── RECORDS TO USE

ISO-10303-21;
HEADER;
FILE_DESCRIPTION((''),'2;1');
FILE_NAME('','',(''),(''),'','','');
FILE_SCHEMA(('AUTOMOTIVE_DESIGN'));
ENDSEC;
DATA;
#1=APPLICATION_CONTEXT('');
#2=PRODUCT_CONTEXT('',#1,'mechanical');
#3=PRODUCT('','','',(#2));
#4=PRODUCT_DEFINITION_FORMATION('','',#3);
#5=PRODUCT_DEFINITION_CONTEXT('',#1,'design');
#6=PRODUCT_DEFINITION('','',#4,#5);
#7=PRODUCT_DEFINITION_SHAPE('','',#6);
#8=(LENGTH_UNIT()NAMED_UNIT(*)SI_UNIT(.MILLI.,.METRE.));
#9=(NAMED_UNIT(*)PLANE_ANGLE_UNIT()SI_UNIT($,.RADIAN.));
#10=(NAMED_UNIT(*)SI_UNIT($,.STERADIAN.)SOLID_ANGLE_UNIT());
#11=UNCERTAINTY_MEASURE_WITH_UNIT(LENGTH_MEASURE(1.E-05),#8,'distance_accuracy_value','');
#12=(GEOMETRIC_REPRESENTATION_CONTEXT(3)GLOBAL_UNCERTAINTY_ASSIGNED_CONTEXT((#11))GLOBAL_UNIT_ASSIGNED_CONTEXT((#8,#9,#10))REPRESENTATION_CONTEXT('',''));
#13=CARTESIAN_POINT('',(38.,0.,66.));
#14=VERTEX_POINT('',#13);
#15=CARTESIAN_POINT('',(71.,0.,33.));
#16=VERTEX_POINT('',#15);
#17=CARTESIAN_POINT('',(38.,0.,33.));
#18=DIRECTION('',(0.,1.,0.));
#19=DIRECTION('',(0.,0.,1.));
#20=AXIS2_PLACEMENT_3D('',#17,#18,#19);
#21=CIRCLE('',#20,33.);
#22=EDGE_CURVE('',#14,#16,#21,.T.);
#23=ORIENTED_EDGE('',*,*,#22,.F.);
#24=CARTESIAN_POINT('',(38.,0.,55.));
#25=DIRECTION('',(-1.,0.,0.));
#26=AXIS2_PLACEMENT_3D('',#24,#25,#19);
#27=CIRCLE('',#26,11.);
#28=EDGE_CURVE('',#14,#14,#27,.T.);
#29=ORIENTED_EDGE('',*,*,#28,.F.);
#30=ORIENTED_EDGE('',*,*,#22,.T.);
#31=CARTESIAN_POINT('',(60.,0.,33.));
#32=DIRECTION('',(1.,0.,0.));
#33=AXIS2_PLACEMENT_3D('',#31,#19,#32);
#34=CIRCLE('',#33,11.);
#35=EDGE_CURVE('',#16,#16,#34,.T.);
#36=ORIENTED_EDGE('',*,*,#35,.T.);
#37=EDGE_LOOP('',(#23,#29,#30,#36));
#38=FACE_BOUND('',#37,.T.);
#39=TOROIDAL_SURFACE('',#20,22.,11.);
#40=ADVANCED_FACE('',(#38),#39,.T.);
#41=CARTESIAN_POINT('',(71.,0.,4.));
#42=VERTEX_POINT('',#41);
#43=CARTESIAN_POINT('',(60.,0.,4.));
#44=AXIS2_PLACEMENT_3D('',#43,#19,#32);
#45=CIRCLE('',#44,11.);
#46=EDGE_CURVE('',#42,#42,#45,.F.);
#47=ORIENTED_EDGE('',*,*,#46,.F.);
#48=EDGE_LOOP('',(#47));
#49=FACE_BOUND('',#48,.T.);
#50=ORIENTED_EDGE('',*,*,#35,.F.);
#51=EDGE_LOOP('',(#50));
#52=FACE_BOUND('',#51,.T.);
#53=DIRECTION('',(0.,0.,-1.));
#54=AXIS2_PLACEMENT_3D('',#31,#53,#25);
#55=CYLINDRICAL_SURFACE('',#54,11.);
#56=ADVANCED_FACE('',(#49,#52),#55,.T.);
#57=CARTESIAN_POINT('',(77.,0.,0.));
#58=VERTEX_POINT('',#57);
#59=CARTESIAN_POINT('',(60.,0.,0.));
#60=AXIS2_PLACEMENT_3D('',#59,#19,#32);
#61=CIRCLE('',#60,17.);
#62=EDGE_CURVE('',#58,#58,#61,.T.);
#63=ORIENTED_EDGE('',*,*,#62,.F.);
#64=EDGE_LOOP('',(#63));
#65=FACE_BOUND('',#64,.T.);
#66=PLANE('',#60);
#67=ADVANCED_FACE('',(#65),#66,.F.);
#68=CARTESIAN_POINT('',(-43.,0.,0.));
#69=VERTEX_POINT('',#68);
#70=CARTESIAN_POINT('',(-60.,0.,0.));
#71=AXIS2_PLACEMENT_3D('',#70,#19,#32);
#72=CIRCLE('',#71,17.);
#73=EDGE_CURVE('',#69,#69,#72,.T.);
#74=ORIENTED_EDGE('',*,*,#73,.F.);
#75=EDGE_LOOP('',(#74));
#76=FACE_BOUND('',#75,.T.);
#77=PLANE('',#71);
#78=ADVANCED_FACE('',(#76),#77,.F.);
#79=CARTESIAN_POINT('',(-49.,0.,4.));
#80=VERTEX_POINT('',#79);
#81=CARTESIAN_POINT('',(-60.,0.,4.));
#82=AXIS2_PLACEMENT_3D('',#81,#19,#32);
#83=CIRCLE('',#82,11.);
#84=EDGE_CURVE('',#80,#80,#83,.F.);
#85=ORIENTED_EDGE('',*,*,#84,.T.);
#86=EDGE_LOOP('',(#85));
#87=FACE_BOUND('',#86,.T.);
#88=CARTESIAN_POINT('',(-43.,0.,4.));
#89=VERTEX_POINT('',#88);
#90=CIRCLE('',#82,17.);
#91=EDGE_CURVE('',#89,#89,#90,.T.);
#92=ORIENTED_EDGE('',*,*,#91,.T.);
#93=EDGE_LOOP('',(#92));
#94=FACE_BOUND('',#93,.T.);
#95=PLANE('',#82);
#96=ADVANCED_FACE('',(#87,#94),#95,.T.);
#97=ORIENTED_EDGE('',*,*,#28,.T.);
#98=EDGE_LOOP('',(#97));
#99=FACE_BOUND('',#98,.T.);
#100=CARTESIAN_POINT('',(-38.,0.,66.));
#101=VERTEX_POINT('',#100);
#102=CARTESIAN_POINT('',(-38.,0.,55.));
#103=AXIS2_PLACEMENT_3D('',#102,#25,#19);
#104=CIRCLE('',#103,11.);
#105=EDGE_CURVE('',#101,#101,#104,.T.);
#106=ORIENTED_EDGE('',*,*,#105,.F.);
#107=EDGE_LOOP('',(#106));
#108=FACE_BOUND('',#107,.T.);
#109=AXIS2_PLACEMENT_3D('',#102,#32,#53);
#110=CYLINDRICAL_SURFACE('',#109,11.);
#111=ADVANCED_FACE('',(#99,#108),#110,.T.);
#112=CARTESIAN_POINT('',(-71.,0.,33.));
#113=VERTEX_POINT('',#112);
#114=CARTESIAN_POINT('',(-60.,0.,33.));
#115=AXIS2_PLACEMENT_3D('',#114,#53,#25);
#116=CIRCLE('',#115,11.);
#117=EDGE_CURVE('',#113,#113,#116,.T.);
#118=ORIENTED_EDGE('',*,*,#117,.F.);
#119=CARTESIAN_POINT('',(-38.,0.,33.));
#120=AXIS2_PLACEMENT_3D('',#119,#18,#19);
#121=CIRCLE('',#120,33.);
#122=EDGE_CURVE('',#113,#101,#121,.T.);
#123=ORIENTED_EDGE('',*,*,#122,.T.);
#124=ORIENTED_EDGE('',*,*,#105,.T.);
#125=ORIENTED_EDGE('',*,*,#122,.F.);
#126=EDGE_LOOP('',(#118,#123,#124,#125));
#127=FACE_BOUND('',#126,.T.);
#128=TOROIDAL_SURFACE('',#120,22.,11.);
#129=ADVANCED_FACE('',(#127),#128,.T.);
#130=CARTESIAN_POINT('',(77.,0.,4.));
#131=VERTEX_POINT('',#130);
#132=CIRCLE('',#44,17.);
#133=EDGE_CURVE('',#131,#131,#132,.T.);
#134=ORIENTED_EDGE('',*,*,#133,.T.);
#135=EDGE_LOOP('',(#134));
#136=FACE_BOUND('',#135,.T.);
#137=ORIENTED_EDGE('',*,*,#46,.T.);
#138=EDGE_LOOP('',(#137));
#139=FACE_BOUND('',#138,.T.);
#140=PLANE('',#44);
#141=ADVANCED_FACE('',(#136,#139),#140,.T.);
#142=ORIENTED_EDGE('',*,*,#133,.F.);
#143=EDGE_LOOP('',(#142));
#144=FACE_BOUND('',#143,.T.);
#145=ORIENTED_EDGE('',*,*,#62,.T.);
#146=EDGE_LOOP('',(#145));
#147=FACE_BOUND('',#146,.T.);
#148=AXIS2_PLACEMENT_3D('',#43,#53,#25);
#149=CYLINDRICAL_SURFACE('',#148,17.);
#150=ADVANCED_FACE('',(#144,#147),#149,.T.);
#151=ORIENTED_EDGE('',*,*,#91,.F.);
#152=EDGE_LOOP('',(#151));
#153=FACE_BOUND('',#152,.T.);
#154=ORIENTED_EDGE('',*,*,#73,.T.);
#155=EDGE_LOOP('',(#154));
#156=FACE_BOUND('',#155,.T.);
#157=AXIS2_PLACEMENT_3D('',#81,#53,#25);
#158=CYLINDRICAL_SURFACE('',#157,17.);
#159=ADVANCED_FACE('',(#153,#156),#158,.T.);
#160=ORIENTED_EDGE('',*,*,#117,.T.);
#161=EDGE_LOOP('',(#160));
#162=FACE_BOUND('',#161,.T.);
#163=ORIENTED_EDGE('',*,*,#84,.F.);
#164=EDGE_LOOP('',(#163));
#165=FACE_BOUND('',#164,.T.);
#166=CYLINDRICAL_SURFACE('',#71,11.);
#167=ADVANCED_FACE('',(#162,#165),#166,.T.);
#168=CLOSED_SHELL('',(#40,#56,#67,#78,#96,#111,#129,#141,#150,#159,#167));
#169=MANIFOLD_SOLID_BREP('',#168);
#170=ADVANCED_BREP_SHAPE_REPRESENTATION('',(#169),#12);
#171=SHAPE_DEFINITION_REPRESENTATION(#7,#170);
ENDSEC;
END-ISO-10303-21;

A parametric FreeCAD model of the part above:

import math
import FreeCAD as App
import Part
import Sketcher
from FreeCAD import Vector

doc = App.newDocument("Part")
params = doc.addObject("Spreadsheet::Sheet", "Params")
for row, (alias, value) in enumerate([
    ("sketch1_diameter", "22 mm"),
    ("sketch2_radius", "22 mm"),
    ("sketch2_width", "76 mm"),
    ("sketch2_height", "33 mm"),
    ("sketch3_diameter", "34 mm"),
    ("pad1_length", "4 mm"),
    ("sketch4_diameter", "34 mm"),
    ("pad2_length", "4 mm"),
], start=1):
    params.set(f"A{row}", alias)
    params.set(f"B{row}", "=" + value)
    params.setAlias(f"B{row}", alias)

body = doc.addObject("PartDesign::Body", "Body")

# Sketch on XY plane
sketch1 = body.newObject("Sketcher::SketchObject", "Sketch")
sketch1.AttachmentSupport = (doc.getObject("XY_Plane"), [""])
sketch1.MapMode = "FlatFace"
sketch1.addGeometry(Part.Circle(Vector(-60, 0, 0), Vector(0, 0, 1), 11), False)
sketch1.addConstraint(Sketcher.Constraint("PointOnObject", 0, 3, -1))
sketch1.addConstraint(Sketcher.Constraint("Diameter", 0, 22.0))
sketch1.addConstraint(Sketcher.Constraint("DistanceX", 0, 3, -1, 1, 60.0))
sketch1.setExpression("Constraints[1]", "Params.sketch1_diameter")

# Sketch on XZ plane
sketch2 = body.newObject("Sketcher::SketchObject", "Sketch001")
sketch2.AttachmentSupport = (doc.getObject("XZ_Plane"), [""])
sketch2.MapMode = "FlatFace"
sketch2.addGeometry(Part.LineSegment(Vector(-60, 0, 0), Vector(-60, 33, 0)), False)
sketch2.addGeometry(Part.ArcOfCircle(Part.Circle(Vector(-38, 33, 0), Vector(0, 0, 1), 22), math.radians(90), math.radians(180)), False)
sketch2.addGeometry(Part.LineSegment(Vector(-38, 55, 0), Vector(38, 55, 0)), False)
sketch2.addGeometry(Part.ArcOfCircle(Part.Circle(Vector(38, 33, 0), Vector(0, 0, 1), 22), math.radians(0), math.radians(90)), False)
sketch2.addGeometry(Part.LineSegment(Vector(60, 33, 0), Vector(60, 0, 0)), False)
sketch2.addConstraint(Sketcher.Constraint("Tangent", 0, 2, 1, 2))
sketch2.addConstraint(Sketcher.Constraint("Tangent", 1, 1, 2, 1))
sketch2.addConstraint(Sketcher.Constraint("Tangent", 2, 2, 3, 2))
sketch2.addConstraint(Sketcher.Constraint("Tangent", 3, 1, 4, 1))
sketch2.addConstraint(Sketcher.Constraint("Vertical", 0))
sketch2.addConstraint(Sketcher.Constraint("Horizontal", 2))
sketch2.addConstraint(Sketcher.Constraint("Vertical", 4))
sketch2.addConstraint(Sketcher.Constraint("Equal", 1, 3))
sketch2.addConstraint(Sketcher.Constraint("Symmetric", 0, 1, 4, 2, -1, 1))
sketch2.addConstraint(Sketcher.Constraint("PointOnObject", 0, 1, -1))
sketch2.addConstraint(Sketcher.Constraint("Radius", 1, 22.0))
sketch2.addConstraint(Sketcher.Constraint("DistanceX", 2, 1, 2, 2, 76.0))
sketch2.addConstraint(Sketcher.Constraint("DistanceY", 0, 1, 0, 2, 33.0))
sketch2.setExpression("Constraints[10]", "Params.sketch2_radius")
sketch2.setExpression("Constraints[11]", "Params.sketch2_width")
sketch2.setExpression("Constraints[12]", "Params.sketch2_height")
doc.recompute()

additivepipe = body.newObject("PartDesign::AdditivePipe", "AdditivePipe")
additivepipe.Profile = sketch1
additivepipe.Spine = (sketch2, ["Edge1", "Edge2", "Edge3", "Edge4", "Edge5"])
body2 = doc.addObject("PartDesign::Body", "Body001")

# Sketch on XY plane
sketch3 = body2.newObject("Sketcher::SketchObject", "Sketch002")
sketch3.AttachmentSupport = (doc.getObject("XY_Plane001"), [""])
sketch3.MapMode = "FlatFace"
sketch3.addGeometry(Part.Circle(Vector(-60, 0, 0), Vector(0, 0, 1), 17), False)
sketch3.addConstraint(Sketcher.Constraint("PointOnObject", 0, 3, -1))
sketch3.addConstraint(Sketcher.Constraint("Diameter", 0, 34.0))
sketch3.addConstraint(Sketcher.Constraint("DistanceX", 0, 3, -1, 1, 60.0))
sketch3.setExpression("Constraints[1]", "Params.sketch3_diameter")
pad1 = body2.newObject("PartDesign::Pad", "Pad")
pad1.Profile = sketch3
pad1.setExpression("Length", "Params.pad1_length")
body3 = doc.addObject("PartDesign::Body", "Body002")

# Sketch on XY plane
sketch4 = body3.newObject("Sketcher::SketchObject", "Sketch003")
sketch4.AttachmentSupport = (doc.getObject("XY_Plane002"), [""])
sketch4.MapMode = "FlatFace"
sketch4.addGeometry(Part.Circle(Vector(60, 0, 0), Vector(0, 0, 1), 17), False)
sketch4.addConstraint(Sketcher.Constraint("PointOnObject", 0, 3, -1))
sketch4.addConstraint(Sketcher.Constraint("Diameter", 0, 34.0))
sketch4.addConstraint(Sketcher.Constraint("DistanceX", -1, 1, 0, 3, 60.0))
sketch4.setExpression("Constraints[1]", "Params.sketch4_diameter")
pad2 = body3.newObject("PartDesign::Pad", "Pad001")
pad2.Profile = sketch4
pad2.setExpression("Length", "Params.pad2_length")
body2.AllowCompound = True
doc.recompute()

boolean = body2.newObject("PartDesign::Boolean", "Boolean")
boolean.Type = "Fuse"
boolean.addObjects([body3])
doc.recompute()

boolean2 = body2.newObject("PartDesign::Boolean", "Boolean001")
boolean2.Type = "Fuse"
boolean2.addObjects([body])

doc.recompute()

────

TASK DETAILS: Starting at the first line of the entries above, please extract each line up to and including the line with "#7=PRODUCT_DEFINITION_SHAPE('','',#6);", unchanged, and add nothing.

TASK SOLUTION:
ISO-10303-21;
HEADER;
FILE_DESCRIPTION((''),'2;1');
FILE_NAME('','',(''),(''),'','','');
FILE_SCHEMA(('AUTOMOTIVE_DESIGN'));
ENDSEC;
DATA;
#1=APPLICATION_CONTEXT('');
#2=PRODUCT_CONTEXT('',#1,'mechanical');
#3=PRODUCT('','','',(#2));
#4=PRODUCT_DEFINITION_FORMATION('','',#3);
#5=PRODUCT_DEFINITION_CONTEXT('',#1,'design');
#6=PRODUCT_DEFINITION('','',#4,#5);
#7=PRODUCT_DEFINITION_SHAPE('','',#6);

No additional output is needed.